Problem statement ▸
Word for word, set down every line of the entries below from the line with "v -1.206 1.9 -50" to the line with "v 1.314 -0.723 50", including both, and no other line.

·····

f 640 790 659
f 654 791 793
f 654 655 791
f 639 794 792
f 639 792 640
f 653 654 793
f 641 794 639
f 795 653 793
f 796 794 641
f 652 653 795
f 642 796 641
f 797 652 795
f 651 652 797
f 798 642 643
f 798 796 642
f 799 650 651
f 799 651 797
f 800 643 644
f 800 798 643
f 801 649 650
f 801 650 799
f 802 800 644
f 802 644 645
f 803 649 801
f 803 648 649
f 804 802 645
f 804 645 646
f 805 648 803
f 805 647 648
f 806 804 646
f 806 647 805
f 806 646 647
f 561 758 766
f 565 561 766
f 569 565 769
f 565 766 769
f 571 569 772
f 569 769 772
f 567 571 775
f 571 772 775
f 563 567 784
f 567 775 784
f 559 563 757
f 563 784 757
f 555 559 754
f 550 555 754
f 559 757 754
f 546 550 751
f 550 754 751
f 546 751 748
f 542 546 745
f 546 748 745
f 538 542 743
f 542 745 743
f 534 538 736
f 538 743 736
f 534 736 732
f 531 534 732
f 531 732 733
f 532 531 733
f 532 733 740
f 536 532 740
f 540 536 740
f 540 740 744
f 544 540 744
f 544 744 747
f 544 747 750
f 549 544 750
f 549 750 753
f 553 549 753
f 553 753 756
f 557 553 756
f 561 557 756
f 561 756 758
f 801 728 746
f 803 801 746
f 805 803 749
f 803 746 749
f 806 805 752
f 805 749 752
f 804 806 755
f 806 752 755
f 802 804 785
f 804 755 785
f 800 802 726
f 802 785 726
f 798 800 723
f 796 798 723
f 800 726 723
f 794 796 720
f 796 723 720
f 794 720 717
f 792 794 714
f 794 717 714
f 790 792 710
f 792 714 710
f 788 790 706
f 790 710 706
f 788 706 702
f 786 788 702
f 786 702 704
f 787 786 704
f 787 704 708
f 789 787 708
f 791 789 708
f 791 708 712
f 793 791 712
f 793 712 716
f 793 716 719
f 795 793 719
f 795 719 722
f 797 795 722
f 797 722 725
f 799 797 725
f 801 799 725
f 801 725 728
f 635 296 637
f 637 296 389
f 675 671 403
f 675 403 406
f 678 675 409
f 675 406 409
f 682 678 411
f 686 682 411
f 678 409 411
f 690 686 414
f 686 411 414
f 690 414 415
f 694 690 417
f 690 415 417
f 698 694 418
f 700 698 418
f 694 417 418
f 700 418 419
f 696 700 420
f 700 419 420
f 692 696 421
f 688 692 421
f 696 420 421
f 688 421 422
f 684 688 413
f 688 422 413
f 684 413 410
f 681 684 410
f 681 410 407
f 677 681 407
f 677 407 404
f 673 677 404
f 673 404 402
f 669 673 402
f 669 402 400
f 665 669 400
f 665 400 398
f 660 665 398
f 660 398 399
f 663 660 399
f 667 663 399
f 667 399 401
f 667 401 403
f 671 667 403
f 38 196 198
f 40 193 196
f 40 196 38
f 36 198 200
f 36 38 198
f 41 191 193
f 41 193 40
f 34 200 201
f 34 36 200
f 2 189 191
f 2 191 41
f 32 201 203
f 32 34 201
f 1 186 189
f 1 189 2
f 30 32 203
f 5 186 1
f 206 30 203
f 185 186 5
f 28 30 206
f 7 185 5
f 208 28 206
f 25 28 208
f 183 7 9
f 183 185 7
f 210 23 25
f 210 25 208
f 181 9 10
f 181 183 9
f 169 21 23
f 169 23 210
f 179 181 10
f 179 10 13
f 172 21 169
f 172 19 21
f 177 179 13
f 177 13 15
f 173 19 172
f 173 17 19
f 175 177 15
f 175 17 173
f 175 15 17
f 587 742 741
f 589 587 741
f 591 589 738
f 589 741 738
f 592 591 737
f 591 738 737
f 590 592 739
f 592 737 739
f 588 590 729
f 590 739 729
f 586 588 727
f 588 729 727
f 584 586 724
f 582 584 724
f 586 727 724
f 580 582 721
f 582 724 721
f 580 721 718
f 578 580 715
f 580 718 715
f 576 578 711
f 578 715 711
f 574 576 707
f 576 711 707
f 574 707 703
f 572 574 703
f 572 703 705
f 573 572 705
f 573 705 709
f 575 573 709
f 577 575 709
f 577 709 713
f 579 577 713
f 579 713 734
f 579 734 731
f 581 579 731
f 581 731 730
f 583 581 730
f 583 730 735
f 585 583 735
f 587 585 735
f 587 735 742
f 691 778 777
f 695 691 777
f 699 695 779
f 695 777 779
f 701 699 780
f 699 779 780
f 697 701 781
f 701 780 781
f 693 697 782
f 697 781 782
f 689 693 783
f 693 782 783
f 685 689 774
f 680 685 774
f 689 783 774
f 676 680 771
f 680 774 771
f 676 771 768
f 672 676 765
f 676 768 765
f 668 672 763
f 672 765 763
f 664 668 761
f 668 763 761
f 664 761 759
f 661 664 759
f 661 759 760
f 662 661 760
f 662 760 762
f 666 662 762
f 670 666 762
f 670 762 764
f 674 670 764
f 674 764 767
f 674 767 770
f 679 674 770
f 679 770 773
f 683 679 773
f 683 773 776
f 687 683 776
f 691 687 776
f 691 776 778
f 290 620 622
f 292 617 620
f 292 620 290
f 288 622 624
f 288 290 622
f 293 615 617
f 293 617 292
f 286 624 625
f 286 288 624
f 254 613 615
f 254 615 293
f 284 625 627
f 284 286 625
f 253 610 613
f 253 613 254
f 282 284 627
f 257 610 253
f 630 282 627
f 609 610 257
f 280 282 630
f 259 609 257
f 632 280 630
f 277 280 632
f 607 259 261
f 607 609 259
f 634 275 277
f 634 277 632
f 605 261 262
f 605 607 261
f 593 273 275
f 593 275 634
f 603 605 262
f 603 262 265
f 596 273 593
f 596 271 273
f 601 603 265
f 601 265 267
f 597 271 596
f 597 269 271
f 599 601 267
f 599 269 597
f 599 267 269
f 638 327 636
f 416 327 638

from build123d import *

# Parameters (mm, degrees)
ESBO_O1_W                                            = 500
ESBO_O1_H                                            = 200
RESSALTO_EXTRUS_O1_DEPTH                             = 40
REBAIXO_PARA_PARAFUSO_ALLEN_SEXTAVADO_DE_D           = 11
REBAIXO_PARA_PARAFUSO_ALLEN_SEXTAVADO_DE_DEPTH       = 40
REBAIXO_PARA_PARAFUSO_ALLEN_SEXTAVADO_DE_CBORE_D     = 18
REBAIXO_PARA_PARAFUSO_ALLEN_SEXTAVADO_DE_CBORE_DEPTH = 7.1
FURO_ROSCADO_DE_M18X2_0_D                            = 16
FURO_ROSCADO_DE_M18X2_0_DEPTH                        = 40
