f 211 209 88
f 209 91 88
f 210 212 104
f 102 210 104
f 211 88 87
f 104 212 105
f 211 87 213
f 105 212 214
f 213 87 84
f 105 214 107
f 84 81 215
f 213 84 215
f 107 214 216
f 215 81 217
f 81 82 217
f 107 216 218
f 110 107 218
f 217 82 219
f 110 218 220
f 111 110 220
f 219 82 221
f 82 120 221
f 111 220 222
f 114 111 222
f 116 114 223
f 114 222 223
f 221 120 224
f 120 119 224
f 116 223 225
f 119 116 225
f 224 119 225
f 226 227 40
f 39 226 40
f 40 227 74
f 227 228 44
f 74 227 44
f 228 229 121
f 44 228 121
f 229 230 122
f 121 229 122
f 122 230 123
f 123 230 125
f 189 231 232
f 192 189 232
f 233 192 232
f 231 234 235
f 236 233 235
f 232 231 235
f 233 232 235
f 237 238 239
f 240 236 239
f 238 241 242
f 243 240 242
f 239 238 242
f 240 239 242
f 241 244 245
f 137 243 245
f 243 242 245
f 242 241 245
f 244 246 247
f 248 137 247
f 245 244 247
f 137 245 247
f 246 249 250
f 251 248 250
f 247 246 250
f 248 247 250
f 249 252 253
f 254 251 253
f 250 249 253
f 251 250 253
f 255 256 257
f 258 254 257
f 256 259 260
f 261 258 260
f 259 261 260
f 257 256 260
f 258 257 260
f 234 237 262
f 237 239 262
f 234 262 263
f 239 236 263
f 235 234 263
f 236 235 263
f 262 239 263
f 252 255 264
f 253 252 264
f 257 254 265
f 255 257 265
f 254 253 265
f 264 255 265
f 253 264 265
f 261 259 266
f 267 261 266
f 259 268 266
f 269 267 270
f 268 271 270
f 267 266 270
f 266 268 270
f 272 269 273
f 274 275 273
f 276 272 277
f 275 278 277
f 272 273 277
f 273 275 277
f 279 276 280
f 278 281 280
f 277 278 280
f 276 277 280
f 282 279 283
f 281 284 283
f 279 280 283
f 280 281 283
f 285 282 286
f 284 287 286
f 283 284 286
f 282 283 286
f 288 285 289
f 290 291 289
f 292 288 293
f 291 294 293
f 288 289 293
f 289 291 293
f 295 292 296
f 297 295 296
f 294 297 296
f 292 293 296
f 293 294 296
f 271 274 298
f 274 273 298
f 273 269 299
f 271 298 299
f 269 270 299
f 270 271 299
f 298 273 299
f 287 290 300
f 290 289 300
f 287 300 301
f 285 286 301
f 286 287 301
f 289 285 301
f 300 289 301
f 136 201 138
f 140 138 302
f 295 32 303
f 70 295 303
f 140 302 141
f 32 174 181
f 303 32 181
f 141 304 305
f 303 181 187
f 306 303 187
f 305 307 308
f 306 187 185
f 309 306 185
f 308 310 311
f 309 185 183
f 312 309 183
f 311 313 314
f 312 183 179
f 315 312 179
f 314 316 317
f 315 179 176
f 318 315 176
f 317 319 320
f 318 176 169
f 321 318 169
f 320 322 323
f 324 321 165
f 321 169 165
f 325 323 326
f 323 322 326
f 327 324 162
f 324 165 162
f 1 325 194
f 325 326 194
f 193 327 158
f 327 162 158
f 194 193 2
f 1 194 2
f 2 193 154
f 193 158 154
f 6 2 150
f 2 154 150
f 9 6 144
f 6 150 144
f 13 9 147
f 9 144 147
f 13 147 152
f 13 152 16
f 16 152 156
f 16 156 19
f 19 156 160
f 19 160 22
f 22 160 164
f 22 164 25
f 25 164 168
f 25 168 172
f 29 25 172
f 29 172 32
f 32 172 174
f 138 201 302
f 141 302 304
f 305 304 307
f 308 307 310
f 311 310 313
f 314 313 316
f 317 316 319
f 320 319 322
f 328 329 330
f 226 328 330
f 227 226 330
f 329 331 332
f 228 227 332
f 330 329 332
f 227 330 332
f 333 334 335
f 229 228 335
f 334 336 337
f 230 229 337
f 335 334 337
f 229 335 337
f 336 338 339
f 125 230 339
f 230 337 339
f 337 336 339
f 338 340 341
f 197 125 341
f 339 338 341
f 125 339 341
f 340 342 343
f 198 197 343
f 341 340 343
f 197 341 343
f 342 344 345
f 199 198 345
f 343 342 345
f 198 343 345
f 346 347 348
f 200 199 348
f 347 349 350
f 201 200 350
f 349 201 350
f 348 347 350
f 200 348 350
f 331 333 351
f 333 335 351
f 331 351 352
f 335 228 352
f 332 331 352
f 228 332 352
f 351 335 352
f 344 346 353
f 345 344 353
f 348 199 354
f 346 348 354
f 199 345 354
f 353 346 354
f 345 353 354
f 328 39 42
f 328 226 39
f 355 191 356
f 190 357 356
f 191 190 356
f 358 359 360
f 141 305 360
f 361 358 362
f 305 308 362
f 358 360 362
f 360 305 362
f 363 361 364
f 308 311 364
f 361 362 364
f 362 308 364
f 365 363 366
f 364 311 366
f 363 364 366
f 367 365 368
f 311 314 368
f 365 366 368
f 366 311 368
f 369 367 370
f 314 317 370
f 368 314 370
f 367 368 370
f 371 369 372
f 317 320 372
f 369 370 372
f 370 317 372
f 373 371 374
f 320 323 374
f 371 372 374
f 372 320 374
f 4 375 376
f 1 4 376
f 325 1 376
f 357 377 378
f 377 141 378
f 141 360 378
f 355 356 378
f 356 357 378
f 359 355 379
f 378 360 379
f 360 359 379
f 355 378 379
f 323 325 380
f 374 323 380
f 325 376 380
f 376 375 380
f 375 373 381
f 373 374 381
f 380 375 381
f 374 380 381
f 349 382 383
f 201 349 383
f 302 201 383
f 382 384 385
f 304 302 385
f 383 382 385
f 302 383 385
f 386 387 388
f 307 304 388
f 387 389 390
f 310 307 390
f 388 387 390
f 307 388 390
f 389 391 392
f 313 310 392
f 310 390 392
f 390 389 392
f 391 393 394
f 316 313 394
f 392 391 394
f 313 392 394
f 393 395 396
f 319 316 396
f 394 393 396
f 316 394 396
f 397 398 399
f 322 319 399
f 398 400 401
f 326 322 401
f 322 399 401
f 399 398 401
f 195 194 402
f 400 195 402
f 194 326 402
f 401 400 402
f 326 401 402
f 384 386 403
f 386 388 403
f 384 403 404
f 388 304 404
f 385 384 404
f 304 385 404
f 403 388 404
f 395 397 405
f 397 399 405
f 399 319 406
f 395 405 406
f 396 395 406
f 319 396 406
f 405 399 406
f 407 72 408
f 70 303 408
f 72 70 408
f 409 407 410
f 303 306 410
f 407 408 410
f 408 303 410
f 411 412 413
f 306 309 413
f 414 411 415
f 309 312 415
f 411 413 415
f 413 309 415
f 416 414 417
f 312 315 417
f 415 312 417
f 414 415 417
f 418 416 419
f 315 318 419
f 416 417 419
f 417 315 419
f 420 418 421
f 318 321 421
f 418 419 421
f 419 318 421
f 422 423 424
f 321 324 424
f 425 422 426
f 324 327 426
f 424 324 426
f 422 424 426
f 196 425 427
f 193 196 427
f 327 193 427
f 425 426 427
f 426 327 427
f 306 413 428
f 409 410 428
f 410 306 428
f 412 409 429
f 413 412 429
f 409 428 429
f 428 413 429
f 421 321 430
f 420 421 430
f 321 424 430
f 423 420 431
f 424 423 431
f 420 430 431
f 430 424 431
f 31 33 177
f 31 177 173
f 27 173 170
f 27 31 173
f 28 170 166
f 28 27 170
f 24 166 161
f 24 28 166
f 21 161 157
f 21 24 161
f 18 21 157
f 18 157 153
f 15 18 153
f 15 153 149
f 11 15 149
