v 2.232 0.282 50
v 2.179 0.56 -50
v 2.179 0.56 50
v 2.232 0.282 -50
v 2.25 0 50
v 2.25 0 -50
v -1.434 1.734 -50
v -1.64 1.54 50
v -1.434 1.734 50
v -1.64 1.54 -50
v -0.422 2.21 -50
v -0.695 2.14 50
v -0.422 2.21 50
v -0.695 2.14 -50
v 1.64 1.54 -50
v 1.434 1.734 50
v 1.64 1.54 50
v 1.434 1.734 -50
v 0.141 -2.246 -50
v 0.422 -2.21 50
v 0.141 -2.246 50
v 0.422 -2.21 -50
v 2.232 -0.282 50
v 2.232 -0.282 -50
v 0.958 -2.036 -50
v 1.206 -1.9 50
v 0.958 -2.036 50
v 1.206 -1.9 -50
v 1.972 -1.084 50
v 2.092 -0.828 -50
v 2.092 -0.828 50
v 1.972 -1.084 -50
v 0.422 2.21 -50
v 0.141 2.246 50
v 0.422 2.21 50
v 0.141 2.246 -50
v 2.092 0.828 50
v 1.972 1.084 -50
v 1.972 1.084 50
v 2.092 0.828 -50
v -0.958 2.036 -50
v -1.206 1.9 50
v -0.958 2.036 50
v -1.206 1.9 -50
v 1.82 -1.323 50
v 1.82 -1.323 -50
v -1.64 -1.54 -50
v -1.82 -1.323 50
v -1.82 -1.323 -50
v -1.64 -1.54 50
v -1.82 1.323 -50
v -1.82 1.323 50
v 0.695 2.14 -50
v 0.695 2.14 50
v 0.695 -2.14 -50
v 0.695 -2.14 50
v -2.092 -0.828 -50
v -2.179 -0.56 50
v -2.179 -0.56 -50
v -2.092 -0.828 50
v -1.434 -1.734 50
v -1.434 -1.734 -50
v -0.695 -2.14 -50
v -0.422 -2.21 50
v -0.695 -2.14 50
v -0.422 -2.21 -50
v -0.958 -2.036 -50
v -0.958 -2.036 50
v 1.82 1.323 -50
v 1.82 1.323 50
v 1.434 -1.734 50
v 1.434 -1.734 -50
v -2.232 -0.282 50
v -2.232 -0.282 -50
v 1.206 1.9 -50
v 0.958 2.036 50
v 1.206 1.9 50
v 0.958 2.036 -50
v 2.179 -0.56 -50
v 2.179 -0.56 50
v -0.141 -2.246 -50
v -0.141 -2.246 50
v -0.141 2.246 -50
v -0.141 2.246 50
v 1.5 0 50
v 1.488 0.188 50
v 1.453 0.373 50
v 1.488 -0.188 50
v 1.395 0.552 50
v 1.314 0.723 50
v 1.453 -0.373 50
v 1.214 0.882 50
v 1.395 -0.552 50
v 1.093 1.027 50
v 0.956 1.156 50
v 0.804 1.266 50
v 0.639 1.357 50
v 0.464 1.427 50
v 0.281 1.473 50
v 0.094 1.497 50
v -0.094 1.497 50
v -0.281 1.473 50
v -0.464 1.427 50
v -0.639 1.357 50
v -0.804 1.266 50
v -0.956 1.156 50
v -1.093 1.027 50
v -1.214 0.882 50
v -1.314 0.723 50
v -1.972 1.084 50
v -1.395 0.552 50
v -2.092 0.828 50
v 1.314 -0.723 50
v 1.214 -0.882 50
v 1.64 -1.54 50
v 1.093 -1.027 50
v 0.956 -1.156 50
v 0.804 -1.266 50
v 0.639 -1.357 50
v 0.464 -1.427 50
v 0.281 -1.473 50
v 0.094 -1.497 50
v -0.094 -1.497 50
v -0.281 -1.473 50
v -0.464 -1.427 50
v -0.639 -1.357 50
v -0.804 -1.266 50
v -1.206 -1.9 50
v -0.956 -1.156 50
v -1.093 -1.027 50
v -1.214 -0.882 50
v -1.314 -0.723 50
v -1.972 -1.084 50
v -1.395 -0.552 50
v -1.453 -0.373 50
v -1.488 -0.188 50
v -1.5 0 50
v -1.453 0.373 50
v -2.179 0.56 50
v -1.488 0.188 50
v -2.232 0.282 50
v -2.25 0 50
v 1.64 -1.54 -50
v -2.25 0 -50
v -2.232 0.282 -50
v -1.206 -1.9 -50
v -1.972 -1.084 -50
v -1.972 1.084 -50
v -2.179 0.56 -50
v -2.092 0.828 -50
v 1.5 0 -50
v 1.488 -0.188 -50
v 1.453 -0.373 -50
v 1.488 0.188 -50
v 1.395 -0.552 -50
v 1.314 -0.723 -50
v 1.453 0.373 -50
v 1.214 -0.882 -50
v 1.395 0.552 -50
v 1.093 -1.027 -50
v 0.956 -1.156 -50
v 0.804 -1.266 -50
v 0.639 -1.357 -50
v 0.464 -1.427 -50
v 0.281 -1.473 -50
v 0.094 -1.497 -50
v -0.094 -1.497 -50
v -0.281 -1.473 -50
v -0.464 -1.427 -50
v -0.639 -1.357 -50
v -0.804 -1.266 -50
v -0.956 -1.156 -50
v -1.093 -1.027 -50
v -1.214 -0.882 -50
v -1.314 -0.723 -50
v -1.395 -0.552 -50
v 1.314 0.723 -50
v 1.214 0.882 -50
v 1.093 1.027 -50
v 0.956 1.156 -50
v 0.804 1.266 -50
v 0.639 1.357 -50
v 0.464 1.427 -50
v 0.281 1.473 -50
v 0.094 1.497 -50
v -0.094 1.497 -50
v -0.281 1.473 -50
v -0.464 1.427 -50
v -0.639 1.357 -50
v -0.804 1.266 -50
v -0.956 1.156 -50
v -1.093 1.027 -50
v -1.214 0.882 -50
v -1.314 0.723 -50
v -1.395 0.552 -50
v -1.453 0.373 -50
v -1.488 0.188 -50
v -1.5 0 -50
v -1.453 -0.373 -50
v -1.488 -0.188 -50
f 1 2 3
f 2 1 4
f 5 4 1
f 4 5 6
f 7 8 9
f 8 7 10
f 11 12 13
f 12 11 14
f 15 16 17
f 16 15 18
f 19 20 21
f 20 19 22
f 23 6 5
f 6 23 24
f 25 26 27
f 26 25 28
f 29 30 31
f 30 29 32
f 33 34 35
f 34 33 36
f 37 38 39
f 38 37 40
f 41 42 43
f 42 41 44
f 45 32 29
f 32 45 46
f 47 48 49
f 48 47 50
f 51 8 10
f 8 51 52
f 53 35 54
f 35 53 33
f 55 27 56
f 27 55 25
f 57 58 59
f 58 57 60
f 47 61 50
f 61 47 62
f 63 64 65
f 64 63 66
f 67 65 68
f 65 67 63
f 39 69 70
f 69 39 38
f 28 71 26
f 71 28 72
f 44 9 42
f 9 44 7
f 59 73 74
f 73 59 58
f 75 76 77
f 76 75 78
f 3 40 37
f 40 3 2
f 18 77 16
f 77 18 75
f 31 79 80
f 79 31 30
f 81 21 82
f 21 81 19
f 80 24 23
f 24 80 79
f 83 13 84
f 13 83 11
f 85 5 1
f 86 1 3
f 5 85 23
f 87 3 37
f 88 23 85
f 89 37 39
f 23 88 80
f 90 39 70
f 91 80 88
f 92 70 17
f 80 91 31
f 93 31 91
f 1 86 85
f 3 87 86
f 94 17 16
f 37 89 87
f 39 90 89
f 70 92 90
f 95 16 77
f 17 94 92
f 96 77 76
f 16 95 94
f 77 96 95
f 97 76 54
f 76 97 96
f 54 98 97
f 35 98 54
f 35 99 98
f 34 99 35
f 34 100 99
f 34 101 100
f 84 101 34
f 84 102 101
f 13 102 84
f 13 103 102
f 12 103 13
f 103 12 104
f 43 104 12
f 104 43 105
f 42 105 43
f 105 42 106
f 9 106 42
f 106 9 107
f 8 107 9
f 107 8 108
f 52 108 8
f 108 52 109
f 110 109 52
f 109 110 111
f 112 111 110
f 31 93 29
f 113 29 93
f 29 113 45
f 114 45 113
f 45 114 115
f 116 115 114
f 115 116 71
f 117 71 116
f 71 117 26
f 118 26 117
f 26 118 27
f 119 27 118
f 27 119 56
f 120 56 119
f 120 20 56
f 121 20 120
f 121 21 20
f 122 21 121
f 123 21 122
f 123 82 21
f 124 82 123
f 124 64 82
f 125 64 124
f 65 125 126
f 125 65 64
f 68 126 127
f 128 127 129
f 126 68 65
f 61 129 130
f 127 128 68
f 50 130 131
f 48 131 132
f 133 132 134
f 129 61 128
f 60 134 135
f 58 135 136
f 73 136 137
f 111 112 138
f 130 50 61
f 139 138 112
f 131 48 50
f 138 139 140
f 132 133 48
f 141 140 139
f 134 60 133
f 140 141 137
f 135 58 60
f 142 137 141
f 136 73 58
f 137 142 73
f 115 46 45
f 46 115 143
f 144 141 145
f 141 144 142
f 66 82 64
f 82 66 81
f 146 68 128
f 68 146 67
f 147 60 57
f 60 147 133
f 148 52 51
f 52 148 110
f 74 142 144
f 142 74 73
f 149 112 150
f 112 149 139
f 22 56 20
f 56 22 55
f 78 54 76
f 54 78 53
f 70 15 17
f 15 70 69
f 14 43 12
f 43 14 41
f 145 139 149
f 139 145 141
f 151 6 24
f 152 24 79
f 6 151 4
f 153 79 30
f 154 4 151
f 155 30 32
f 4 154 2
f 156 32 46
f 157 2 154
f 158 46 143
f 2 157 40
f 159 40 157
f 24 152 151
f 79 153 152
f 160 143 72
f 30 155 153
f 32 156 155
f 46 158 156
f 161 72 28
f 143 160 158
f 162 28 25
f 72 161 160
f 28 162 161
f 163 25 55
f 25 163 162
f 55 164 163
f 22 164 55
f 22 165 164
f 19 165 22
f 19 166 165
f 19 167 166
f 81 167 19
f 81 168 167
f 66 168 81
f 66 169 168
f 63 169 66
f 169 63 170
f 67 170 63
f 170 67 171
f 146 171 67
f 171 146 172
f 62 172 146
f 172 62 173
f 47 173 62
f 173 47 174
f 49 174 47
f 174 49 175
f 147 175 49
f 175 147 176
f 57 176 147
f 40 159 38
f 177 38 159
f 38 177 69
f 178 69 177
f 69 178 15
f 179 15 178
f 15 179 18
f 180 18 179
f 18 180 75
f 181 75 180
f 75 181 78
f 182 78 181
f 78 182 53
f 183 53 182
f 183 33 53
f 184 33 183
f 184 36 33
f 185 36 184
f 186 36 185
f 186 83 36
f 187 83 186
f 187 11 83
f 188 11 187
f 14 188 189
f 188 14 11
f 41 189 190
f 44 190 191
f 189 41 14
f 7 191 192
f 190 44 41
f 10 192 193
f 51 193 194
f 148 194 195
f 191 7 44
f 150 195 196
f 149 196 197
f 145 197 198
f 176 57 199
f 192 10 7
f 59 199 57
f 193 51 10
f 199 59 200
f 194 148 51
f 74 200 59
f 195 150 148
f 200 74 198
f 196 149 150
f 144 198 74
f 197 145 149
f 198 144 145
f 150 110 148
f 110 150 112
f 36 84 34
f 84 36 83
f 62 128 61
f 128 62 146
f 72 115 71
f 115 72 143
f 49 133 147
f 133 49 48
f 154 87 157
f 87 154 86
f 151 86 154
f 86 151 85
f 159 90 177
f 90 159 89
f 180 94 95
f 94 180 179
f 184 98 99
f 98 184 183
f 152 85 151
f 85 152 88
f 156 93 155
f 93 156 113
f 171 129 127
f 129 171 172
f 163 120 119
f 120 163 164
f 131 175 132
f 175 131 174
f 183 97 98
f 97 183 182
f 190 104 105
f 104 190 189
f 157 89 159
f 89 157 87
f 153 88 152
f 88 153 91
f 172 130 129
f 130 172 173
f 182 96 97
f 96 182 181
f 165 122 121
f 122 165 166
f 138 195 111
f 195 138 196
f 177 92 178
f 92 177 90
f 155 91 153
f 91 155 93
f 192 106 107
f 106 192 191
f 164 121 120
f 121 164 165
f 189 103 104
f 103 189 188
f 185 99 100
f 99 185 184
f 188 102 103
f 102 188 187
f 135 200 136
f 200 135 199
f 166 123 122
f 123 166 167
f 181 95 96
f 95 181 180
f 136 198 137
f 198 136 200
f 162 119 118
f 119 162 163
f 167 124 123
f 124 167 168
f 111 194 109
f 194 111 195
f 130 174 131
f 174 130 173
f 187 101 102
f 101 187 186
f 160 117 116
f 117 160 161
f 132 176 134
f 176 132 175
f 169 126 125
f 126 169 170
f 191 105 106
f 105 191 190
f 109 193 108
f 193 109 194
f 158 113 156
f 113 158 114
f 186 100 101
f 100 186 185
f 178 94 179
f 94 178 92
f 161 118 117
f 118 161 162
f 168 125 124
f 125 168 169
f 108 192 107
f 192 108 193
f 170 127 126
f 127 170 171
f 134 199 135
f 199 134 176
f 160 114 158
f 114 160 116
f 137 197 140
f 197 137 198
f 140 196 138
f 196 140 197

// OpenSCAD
$fn = 50;


difference() {
	union() {
		translate(v = [0, 0, -50.0000000000]) {
			cylinder(h = 100, r = 2.2500000000);
		}
	}
	union() {
		translate(v = [0, 0, -100.0000000000]) {
			cylinder(h = 200, r = 1.5000000000);
		}
	}
}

·····

Result for this task ▸
v -1.206 1.9 -50
v 1.82 -1.323 50
v 1.82 -1.323 -50
v -1.64 -1.54 -50
v -1.82 -1.323 50
v -1.82 -1.323 -50
v -1.64 -1.54 50
v -1.82 1.323 -50
v -1.82 1.323 50
v 0.695 2.14 -50
v 0.695 2.14 50
v 0.695 -2.14 -50
v 0.695 -2.14 50
v -2.092 -0.828 -50
v -2.179 -0.56 50
v -2.179 -0.56 -50
v -2.092 -0.828 50
v -1.434 -1.734 50
v -1.434 -1.734 -50
v -0.695 -2.14 -50
v -0.422 -2.21 50
v -0.695 -2.14 50
v -0.422 -2.21 -50
v -0.958 -2.036 -50
v -0.958 -2.036 50
v 1.82 1.323 -50
v 1.82 1.323 50
v 1.434 -1.734 50
v 1.434 -1.734 -50
v -2.232 -0.282 50
v -2.232 -0.282 -50
v 1.206 1.9 -50
v 0.958 2.036 50
v 1.206 1.9 50
v 0.958 2.036 -50
v 2.179 -0.56 -50
v 2.179 -0.56 50
v -0.141 -2.246 -50
v -0.141 -2.246 50
v -0.141 2.246 -50
v -0.141 2.246 50
v 1.5 0 50
v 1.488 0.188 50
v 1.453 0.373 50
v 1.488 -0.188 50
v 1.395 0.552 50
v 1.314 0.723 50
v 1.453 -0.373 50
v 1.214 0.882 50
v 1.395 -0.552 50
v 1.093 1.027 50
v 0.956 1.156 50
v 0.804 1.266 50
v 0.639 1.357 50
v 0.464 1.427 50
v 0.281 1.473 50
v 0.094 1.497 50
v -0.094 1.497 50
v -0.281 1.473 50
v -0.464 1.427 50
v -0.639 1.357 50
v -0.804 1.266 50
v -0.956 1.156 50
v -1.093 1.027 50
v -1.214 0.882 50
v -1.314 0.723 50
v -1.972 1.084 50
v -1.395 0.552 50
v -2.092 0.828 50
v 1.314 -0.723 50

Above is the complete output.